Şanlıurfa Barosu Kadın Hakları Merkezi tarafından, 25 Kasım Kadına Yönelik Şiddete Karşı Uluslararası Mücadele Günü kapsamında yapılan açıklamada, “Tüm kadın katliamları ve kadına yönelik her türlü şiddet sona erinceye kadar mücadelemiz kararlılıkla devam edecektir” denildi.

Şanlıurfa Barosunun binası önünde yapılan açıklamada, “Toplumdaki şiddet kültürünün değişmesi için, şiddet dili değiştirilmeli, kadın şiddetini de önleyecek şekilde tüm söylemlerde barışçıl bir dil kullanılmalıdır” denildi.

“Nüfusunun yarısının kadın olduğu Türkiye, cinsiyet eşitliği sıralamasında, Dünya Ekonomik Forumu Küresel Toplumsal Cinsiyet Uçurumu Raporuna göre 145 ülke arasında 130‘ncu sırada yer almaktadır” ifadesi yer alan açıklama şöyle:  “2019 yılı, ülkede son 10 yılda en fazla kadının öldürüldüğü yıl olmuştur. 2020 yılında ise erkekler tarafından 300 kadın öldürülmüş, 171 kadın şüpheli şekilde ölü bulunmuştur. Bu yıllar arasında kadın cinayetlerinin sayısında sadece İstanbul Sözleşmesi'nin imzalandığı yıl olan 2011 yılında düşüş görülmüştür. İlk imzalayıcısı olduğumuz İstanbul Sözleşmesi’nin tartışmaya açılması ve devamında 2021 yılı içerisinde sözleşmeden dönülmesinin beyan edilmesiyle, kadına yönelik şiddet artarak devam etmektedir.

2021 yılı Ocak Ayında İçişleri Bakanı Süleyman Soylu, Twitter hesabından yaptığı açıklamada, 6284 sayılı kanun kapsamındaki kadın cinayetlerinde hayatını kaybeden kadın sayısını 2017'de 353, 2018'de 279, 2019'da 336 ve 2020'de ise 266 olarak duyurmuştur.

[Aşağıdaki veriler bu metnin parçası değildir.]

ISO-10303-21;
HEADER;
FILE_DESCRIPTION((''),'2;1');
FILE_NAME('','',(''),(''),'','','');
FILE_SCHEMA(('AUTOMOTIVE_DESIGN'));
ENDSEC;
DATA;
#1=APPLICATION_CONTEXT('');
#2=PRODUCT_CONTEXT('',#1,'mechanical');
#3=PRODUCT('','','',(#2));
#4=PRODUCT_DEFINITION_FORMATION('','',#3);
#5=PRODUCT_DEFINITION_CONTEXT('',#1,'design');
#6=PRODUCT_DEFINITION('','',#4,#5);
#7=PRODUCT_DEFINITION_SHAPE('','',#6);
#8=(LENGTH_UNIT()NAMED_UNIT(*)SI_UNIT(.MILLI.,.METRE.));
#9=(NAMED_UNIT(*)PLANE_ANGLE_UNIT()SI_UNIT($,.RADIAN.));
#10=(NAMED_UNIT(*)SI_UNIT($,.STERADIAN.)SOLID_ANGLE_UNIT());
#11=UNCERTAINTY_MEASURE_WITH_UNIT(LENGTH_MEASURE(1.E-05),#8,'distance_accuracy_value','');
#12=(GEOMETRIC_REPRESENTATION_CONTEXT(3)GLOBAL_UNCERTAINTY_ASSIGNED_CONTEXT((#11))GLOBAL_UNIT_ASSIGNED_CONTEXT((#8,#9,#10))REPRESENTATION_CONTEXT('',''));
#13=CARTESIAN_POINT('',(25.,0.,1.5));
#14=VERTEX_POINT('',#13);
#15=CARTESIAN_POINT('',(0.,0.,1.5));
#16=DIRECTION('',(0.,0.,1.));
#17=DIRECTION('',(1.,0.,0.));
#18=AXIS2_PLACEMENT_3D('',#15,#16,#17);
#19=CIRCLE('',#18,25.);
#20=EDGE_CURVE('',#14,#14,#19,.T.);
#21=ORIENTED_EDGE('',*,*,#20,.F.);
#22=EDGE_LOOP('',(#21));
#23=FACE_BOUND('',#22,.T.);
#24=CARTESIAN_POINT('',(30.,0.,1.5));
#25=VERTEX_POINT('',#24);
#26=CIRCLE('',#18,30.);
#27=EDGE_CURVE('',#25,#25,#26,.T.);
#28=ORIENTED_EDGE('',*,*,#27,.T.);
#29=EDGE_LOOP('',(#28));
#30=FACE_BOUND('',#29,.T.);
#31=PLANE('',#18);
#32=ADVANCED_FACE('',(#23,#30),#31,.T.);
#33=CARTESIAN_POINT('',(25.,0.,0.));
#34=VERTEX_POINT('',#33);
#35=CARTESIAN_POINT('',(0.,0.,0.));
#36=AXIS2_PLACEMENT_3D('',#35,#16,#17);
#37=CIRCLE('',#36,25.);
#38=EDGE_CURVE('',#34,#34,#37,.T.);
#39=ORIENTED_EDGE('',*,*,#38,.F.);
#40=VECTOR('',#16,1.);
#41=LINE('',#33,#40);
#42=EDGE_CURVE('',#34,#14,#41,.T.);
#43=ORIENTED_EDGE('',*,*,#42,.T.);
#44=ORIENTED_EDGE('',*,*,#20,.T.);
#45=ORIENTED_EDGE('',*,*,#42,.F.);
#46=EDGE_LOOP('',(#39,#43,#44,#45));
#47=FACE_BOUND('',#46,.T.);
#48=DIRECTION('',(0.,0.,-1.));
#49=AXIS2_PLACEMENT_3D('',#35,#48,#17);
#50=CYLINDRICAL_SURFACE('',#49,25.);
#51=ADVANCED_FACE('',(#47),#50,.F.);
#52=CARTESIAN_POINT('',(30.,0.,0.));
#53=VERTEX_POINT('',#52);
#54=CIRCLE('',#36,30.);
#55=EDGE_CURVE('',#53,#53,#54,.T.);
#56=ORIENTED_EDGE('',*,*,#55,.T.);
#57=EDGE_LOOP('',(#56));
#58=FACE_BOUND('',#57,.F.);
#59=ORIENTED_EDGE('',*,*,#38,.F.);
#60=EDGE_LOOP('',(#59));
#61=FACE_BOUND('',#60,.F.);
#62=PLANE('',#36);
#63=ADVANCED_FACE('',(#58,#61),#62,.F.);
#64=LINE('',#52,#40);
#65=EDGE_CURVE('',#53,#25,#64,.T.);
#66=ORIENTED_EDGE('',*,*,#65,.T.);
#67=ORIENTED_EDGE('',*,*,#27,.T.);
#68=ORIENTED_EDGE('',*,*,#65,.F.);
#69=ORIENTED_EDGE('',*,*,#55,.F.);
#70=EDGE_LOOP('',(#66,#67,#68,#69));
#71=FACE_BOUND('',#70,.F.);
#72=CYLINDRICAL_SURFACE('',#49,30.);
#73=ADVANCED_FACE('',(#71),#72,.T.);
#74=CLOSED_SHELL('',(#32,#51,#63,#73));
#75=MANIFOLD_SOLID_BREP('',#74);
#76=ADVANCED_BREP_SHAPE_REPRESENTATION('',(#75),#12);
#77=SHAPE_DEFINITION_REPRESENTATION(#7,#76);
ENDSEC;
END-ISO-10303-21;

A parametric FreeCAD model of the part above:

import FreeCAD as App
import Part
import Sketcher

doc = App.newDocument("Part")
params = doc.addObject("Spreadsheet::Sheet", "Params")
for row, (alias, value) in enumerate([
    ("sketch1_diameter", "60 mm"),
    ("sketch1_diameter2", "50 mm"),
    ("pad1_length", "1.5 mm"),
], start=1):
    params.set(f"A{row}", alias)
    params.set(f"B{row}", "=" + value)
    params.setAlias(f"B{row}", alias)

body = doc.addObject("PartDesign::Body", "Body")

# Sketch on XY plane
sketch1 = body.newObject("Sketcher::SketchObject", "Sketch")
sketch1.AttachmentSupport = (doc.getObject("XY_Plane"), [""])
sketch1.MapMode = "FlatFace"
sketch1.addGeometry([
    Part.Circle(App.Vector(0, 0, 0), App.Vector(0, 0, 1), 30),
    Part.Circle(App.Vector(0, 0, 0), App.Vector(0, 0, 1), 25),
], False)
sketch1.addConstraint([
    Sketcher.Constraint("Coincident", 0, 3, -1, 1),
    Sketcher.Constraint("Coincident", 1, 3, -1, 1),
    Sketcher.Constraint("Diameter", 0, 60.0),
    Sketcher.Constraint("Diameter", 1, 50.0),
])
sketch1.setExpression("Constraints[2]", "Params.sketch1_diameter")
sketch1.setExpression("Constraints[3]", "Params.sketch1_diameter2")
pad1 = body.newObject("PartDesign::Pad", "Pad")
pad1.Profile = sketch1
pad1.setExpression("Length", "Params.pad1_length")

doc.recompute()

Bizler çok iyi biliyoruz ki verilen bu sayılara, faili meçhul, intihar olarak geçen kadın cinayetleri ve kayıtlara dahi geçmeyen sayısız şiddet mağduru kadın dahil değildir.

Biz kadınlar hayatlarımıza ve emeğimize sahip çıkmaya, toplumsal alanın her aşamasında var olmaya devam edeceğiz. Dünya biz kadınların emeği üzerinde dönmektedir.

Yaşadığımız her türlü erkek şiddetinin karşısında birlikte mücadele ederek ve birbirimizle dayanışarak kazanacağımızı biliyoruz. Yılmadan ve bıkmadan yıllardır söylediğimizi buradan bir kez daha haykırıyoruz; ”kadına yönelik şiddet münferit değil, politiktir” ve bu şiddeti önlemenin en önemli yolu da kadın mücadelesinden ve kadın dayanışmasından geçmektedir.

Kadına Yönelik Şiddetle Mücadele her alanda uygulanmalı kadınlar politika ve kanun yapma süreçlerine dahil edilmelidir. Toplumdaki şiddet kültürünün değişmesi için, şiddet dili değiştirilmeli, kadın şiddetini de önleyecek şekilde tüm söylemlerde barışçıl bir dil kullanılmalıdır. Tüm kadın katliamları ve kadına yönelik her türlü şiddet sona erinceye kadar mücadelemiz kararlılıkla devam edecektir.” Denildi.